Data records

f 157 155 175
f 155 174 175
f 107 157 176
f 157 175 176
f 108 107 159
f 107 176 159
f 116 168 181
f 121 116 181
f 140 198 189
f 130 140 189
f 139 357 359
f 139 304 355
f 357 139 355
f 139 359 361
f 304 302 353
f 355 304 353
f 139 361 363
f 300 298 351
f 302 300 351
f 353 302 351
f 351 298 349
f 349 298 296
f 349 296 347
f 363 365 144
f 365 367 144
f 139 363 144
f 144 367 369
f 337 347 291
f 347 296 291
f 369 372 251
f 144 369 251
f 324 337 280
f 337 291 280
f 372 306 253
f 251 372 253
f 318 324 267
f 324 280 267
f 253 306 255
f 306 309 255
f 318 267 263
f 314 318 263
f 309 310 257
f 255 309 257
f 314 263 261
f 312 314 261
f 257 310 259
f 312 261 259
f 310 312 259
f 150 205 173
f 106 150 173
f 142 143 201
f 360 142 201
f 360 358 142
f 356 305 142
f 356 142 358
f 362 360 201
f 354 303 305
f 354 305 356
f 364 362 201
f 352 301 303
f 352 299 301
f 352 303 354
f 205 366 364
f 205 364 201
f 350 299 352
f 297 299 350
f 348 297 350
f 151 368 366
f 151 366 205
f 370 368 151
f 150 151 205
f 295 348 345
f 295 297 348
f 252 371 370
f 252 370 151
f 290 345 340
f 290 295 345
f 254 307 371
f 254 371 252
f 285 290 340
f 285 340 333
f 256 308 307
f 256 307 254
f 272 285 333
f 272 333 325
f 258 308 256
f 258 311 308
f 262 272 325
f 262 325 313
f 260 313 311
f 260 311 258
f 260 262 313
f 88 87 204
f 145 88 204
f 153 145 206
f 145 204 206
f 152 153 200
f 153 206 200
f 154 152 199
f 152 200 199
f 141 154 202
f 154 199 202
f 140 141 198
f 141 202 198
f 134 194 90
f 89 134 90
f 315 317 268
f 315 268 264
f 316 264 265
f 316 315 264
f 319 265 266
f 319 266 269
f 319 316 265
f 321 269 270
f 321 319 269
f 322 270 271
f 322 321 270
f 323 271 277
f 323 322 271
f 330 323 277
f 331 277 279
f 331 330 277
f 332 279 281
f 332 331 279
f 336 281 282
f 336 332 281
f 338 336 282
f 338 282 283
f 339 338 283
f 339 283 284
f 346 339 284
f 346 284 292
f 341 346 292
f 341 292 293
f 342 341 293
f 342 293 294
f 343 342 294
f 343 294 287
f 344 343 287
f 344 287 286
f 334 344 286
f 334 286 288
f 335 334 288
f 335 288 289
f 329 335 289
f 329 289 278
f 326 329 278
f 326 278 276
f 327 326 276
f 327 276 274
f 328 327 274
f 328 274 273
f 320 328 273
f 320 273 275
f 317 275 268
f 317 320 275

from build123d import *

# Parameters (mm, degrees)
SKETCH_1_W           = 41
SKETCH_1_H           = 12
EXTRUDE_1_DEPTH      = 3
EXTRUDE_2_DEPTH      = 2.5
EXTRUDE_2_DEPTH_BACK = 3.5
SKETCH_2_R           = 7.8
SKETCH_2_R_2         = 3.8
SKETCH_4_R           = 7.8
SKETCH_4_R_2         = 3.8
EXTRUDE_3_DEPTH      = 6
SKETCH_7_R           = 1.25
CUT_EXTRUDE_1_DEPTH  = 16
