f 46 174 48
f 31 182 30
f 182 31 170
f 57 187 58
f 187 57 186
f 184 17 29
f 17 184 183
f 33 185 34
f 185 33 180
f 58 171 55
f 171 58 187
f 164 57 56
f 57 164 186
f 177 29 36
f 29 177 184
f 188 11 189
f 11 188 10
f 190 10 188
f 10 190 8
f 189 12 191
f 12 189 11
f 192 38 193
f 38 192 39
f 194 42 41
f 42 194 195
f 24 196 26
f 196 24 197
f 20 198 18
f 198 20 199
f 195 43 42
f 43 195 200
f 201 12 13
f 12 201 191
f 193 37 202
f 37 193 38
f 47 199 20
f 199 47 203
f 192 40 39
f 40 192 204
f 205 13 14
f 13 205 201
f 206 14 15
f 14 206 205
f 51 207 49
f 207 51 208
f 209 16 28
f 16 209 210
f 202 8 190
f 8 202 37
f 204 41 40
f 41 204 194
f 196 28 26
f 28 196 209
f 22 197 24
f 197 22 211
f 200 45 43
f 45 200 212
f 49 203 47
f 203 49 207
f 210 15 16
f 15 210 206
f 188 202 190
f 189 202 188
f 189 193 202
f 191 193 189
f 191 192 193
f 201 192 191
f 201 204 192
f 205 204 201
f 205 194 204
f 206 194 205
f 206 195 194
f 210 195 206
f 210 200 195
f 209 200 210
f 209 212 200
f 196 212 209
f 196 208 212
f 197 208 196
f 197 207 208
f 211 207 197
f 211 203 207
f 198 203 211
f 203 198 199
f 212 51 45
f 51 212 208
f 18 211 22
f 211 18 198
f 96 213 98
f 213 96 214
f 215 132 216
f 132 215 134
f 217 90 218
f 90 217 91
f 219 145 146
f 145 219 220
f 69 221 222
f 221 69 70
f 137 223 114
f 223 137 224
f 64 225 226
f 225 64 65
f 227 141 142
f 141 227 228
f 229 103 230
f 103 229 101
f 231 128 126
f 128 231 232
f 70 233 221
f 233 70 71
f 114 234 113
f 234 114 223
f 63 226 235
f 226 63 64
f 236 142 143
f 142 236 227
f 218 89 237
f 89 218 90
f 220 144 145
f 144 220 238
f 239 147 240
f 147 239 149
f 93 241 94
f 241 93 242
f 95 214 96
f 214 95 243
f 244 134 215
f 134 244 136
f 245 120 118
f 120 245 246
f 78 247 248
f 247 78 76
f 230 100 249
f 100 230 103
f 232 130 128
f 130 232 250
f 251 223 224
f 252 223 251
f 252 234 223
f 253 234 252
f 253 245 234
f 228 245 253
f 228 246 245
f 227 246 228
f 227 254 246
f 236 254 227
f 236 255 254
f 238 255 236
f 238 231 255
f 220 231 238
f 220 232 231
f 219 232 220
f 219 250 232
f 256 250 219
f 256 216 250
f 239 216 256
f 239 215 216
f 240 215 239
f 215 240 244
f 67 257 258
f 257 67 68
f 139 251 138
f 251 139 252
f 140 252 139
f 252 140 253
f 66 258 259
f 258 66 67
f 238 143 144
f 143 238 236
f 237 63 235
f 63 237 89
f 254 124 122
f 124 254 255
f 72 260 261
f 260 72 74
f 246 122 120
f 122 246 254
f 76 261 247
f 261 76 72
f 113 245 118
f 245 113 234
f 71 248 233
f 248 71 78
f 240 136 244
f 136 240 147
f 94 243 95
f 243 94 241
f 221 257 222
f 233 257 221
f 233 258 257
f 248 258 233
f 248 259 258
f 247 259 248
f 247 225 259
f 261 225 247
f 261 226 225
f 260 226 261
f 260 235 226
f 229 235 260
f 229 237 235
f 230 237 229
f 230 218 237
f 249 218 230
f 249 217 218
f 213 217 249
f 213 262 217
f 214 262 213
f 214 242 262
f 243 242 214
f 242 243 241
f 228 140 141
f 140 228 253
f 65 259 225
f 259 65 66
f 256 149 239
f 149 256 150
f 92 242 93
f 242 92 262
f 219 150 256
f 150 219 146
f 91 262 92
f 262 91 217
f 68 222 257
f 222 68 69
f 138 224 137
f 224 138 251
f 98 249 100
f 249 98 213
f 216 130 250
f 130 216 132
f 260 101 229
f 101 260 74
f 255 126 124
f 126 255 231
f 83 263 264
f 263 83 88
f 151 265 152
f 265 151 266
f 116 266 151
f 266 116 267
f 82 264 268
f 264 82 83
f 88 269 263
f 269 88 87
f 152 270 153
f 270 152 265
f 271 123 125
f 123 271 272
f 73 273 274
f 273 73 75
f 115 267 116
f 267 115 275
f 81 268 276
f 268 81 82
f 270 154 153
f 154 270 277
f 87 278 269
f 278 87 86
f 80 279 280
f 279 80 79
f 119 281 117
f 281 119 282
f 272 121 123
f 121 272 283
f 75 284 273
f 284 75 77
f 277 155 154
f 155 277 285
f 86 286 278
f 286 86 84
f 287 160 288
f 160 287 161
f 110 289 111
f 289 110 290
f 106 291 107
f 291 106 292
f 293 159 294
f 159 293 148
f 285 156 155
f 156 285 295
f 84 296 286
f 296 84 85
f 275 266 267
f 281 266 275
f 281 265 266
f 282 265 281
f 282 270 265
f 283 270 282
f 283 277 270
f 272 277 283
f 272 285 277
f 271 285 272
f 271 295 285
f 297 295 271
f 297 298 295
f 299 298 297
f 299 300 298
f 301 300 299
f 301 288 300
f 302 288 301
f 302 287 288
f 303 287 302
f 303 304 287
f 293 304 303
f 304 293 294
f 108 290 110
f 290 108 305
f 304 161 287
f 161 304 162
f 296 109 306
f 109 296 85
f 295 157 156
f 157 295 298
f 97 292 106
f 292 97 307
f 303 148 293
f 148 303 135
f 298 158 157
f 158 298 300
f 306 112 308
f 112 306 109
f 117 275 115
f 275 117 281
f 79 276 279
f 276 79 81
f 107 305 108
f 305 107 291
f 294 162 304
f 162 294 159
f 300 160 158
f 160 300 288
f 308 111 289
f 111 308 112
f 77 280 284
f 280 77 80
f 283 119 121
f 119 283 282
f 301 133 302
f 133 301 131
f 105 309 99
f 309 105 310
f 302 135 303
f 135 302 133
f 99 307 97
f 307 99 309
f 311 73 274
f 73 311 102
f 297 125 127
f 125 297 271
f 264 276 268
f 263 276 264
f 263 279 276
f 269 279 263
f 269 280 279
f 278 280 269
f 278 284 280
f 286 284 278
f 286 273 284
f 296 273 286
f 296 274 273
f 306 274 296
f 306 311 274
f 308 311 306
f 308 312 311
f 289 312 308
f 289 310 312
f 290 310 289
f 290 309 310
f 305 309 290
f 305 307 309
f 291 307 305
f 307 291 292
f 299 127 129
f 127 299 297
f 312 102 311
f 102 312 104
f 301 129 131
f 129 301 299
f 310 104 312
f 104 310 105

Exercise brief :: All lines above between those holding "f 139 359 361" and "f 343 294 287", inclusive, must be set down unchanged, and no other line may be included.

Written answer ::
f 139 359 361
f 304 302 353
f 355 304 353
f 139 361 363
f 300 298 351
f 302 300 351
f 353 302 351
f 351 298 349
f 349 298 296
f 349 296 347
f 363 365 144
f 365 367 144
f 139 363 144
f 144 367 369
f 337 347 291
f 347 296 291
f 369 372 251
f 144 369 251
f 324 337 280
f 337 291 280
f 372 306 253
f 251 372 253
f 318 324 267
f 324 280 267
f 253 306 255
f 306 309 255
f 318 267 263
f 314 318 263
f 309 310 257
f 255 309 257
f 314 263 261
f 312 314 261
f 257 310 259
f 312 261 259
f 310 312 259
f 150 205 173
f 106 150 173
f 142 143 201
f 360 142 201
f 360 358 142
f 356 305 142
f 356 142 358
f 362 360 201
f 354 303 305
f 354 305 356
f 364 362 201
f 352 301 303
f 352 299 301
f 352 303 354
f 205 366 364
f 205 364 201
f 350 299 352
f 297 299 350
f 348 297 350
f 151 368 366
f 151 366 205
f 370 368 151
f 150 151 205
f 295 348 345
f 295 297 348
f 252 371 370
f 252 370 151
f 290 345 340
f 290 295 345
f 254 307 371
f 254 371 252
f 285 290 340
f 285 340 333
f 256 308 307
f 256 307 254
f 272 285 333
f 272 333 325
f 258 308 256
f 258 311 308
f 262 272 325
f 262 325 313
f 260 313 311
f 260 311 258
f 260 262 313
f 88 87 204
f 145 88 204
f 153 145 206
f 145 204 206
f 152 153 200
f 153 206 200
f 154 152 199
f 152 200 199
f 141 154 202
f 154 199 202
f 140 141 198
f 141 202 198
f 134 194 90
f 89 134 90
f 315 317 268
f 315 268 264
f 316 264 265
f 316 315 264
f 319 265 266
f 319 266 269
f 319 316 265
f 321 269 270
f 321 319 269
f 322 270 271
f 322 321 270
f 323 271 277
f 323 322 271
f 330 323 277
f 331 277 279
f 331 330 277
f 332 279 281
f 332 331 279
f 336 281 282
f 336 332 281
f 338 336 282
f 338 282 283
f 339 338 283
f 339 283 284
f 346 339 284
f 346 284 292
f 341 346 292
f 341 292 293
f 342 341 293
f 342 293 294
f 343 342 294
f 343 294 287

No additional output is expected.